Need Directions? State Your Destination.
What if we did a webinar? Or took more grant applications? Or created a foundation? Or launched a new community program? Or gave out more money? My clients regularly toss around questions like these as they search for novel strategies and new ideas in social impact. While these kinds of brainstorming sessions are fun and exciting, they can also be risky, even futile, if not linked to goals and objectives.
Strategies are mere roadmaps for producing results. As such, devising strategy without defining success is much like asking for directions without picking a destination: multiple enticing routes may exist, but we have no means to select the one that’s best and no way of knowing if we’re on track.
Mission Measurement’s outcomes-based approach to both strategy and measurement is the lynch-pin in our work with social change agents of all kinds. By defining success in precise, measurable terms at the onset of each engagement, clients develop a clear and shared vision of their destination. This destination guides all strategic decision-making, helps organizations make smart program investments and divestments, and states from the get-go how progress will be measured and communicated.

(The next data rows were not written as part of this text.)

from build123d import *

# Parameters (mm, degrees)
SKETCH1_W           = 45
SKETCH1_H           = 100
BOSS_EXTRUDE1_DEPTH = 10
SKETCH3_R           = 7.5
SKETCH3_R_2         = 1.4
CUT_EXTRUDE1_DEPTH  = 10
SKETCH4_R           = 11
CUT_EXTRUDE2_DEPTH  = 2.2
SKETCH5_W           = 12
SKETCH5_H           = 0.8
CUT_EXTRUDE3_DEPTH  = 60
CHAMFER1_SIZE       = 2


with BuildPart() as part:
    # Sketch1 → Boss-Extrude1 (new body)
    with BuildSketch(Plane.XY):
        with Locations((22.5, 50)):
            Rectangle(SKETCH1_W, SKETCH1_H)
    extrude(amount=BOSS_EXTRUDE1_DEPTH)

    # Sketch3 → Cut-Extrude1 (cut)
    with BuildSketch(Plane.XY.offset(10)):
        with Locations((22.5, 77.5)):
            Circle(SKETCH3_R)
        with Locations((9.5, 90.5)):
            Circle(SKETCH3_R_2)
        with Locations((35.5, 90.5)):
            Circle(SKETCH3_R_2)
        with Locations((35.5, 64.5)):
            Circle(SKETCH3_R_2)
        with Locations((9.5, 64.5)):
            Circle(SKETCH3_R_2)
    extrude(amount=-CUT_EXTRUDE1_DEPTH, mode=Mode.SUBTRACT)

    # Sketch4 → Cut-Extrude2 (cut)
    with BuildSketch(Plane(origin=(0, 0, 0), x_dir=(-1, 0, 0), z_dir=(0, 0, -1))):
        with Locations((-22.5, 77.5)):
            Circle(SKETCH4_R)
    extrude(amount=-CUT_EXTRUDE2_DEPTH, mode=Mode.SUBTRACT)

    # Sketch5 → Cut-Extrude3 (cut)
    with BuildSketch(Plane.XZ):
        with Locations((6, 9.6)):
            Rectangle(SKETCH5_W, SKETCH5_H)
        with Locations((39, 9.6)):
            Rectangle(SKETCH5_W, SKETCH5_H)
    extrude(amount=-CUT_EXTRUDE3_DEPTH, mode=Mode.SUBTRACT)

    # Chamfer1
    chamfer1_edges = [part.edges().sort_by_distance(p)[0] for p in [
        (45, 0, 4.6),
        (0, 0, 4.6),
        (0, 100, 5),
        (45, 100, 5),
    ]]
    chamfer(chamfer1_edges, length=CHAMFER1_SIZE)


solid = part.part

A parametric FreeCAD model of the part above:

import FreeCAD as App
import Part
import Sketcher
Q = App.Units.Quantity


def edges_at(feature, points):
    """Names of the edges that pass closest to the given points."""
    edges = feature.Shape.Edges
    near = lambda p: min(range(len(edges)), key=lambda i: edges[i].distToShape(Part.Vertex(*p))[0])
    return sorted({f"Edge{near(p) + 1}" for p in points})


def add_polygon(sketch, points):
    """Adds a closed chain of lines whose ends are joined by coincident constraints."""
    first, n = sketch.GeometryCount, len(points)
    for a, b in zip(points, points[1:] + points[:1]):
        sketch.addGeometry(Part.LineSegment(App.Vector(*a, 0), App.Vector(*b, 0)), False)
    for i in range(n):
        sketch.addConstraint(Sketcher.Constraint("Coincident", first + i, 2, first + (i + 1) % n, 1))

doc = App.newDocument("Part")
body = doc.addObject("PartDesign::Body", "Body")

# Sketch on XY plane
sketch1 = body.newObject("Sketcher::SketchObject", "Sketch")
sketch1.AttachmentSupport = (doc.getObject("XY_Plane"), [""])
sketch1.MapMode = "FlatFace"
add_polygon(sketch1, [(0, 100), (0, 0), (45, 0), (45, 100)])  # lines 0-3
sketch1.addConstraint(Sketcher.Constraint("Vertical", 0))
sketch1.addConstraint(Sketcher.Constraint("Horizontal", 1))
sketch1.addConstraint(Sketcher.Constraint("Vertical", 2))
sketch1.addConstraint(Sketcher.Constraint("Horizontal", 3))
sketch1.addConstraint(Sketcher.Constraint("Coincident", 0, 2, -1, 1))
sketch1.addConstraint(Sketcher.Constraint("DistanceX", 1, 1, 1, 2, Q("45 mm")))
sketch1.addConstraint(Sketcher.Constraint("DistanceY", 0, 2, 0, 1, Q("100 mm")))
pad1 = body.newObject("PartDesign::Pad", "Pad")
pad1.Profile = sketch1
pad1.Length = 10

# Sketch on XY plane
sketch2 = body.newObject("Sketcher::SketchObject", "Sketch001")
sketch2.AttachmentSupport = (doc.getObject("XY_Plane"), [""])
sketch2.MapMode = "FlatFace"
sketch2.AttachmentOffset = App.Placement(App.Vector(0, 0, 10), App.Rotation())
sketch2.addGeometry(Part.Circle(App.Vector(22.5, 77.5, 0), App.Vector(0, 0, 1), 7.5), False)
sketch2.addGeometry(Part.Circle(App.Vector(9.5, 90.5, 0), App.Vector(0, 0, 1), 1.4), False)
sketch2.addGeometry(Part.Circle(App.Vector(35.5, 90.5, 0), App.Vector(0, 0, 1), 1.4), False)
sketch2.addGeometry(Part.Circle(App.Vector(35.5, 64.5, 0), App.Vector(0, 0, 1), 1.4), False)
sketch2.addGeometry(Part.Circle(App.Vector(9.5, 64.5, 0), App.Vector(0, 0, 1), 1.4), False)
sketch2.addConstraint(Sketcher.Constraint("Equal", 1, 2))
sketch2.addConstraint(Sketcher.Constraint("Equal", 2, 3))
sketch2.addConstraint(Sketcher.Constraint("Equal", 3, 4))
sketch2.addConstraint(Sketcher.Constraint("Horizontal", 1, 3, 2, 3))
sketch2.addConstraint(Sketcher.Constraint("Horizontal", 3, 3, 4, 3))
sketch2.addConstraint(Sketcher.Constraint("Vertical", 2, 3, 3, 3))
sketch2.addConstraint(Sketcher.Constraint("Vertical", 1, 3, 4, 3))
sketch2.addConstraint(Sketcher.Constraint("Diameter", 0, Q("15 mm")))
sketch2.addConstraint(Sketcher.Constraint("Diameter", 1, Q("2.8 mm")))
sketch2.addConstraint(Sketcher.Constraint("DistanceX", 1, 3, 0, 3, Q("13 mm")))
sketch2.addConstraint(Sketcher.Constraint("DistanceY", 0, 3, 1, 3, Q("13 mm")))
sketch2.addConstraint(Sketcher.Constraint("DistanceX", 0, 3, 2, 3, Q("13 mm")))
sketch2.addConstraint(Sketcher.Constraint("DistanceY", 3, 3, 0, 3, Q("13 mm")))
sketch2.addConstraint(Sketcher.Constraint("DistanceX", -1, 1, 0, 3, Q("22.5 mm")))
sketch2.addConstraint(Sketcher.Constraint("DistanceY", -1, 1, 0, 3, Q("77.5 mm")))
pocket1 = body.newObject("PartDesign::Pocket", "Pocket")
pocket1.Profile = sketch2
pocket1.Length = 10

# Sketch on XY plane
sketch3 = body.newObject("Sketcher::SketchObject", "Sketch002")
sketch3.AttachmentSupport = (doc.getObject("XY_Plane"), [""])
sketch3.MapMode = "FlatFace"
sketch3.addGeometry(Part.Circle(App.Vector(22, 78, 0), App.Vector(0, 0, 1), 11), False)
sketch3.addConstraint(Sketcher.Constraint("Diameter", 0, Q("22 mm")))
sketch3.addConstraint(Sketcher.Constraint("DistanceX", -1, 1, 0, 3, Q("22.5 mm")))
sketch3.addConstraint(Sketcher.Constraint("DistanceY", -1, 1, 0, 3, Q("77.5 mm")))
pocket2 = body.newObject("PartDesign::Pocket", "Pocket001")
pocket2.Profile = sketch3
pocket2.Length = 2.2
pocket2.Reversed = True

# Sketch on XZ plane
sketch4 = body.newObject("Sketcher::SketchObject", "Sketch003")
sketch4.AttachmentSupport = (doc.getObject("XZ_Plane"), [""])
sketch4.MapMode = "FlatFace"
add_polygon(sketch4, [(0, 10), (0, 9.2), (12, 9.2), (12, 10)])  # lines 0-3
add_polygon(sketch4, [(33, 10), (33, 9.2), (45, 9.2), (45, 10)])  # lines 4-7
sketch4.addConstraint(Sketcher.Constraint("Vertical", 0))
sketch4.addConstraint(Sketcher.Constraint("Horizontal", 1))
sketch4.addConstraint(Sketcher.Constraint("Vertical", 2))
sketch4.addConstraint(Sketcher.Constraint("Horizontal", 3))
sketch4.addConstraint(Sketcher.Constraint("Vertical", 4))
sketch4.addConstraint(Sketcher.Constraint("Horizontal", 5))
sketch4.addConstraint(Sketcher.Constraint("Vertical", 6))
sketch4.addConstraint(Sketcher.Constraint("Horizontal", 7))
sketch4.addConstraint(Sketcher.Constraint("PointOnObject", 0, 2, -2))
sketch4.addConstraint(Sketcher.Constraint("Horizontal", 1, 2, 4, 2))
sketch4.addConstraint(Sketcher.Constraint("Horizontal", 3, 2, 6, 2))
sketch4.addConstraint(Sketcher.Constraint("Equal", 3, 5))
sketch4.addConstraint(Sketcher.Constraint("DistanceX", 1, 1, 1, 2, Q("12 mm")))
sketch4.addConstraint(Sketcher.Constraint("DistanceY", 0, 2, 0, 1, Q("0.8 mm")))
sketch4.addConstraint(Sketcher.Constraint("DistanceY", -1, 1, 2, 2, Q("10 mm")))
sketch4.addConstraint(Sketcher.Constraint("DistanceX", -1, 1, 4, 2, Q("33 mm")))
pocket3 = body.newObject("PartDesign::Pocket", "Pocket002")
pocket3.Profile = sketch4
pocket3.Length = 60
doc.recompute()

chamfer = body.newObject("PartDesign::Chamfer", "Chamfer")
chamfer.Base = (pocket3, edges_at(pocket3, [
    (45, 0, 4.6),
    (0, 0, 4.6),
    (0, 100, 5),
    (45, 100, 5),
]))
chamfer.Size = 2

doc.recompute()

Recently, one of my corporate clients convened a panel of social change experts to provide input on its grantmaking. The thought leaders and social activists shared a plethora of interesting, creative and innovative suggestions ranging from social media programs to rich grantee support systems to broad-reaching consumer engagement. It seemed that my client had more ideas than it knew what to do with! Clarity came, however, in asking two simple questions: 1) what are we really trying to achieve through our grantmaking? And 2) which of these ideas will best produce these results? By filtering strategies through an outcomes-based lens, the best path forward was easy to identify.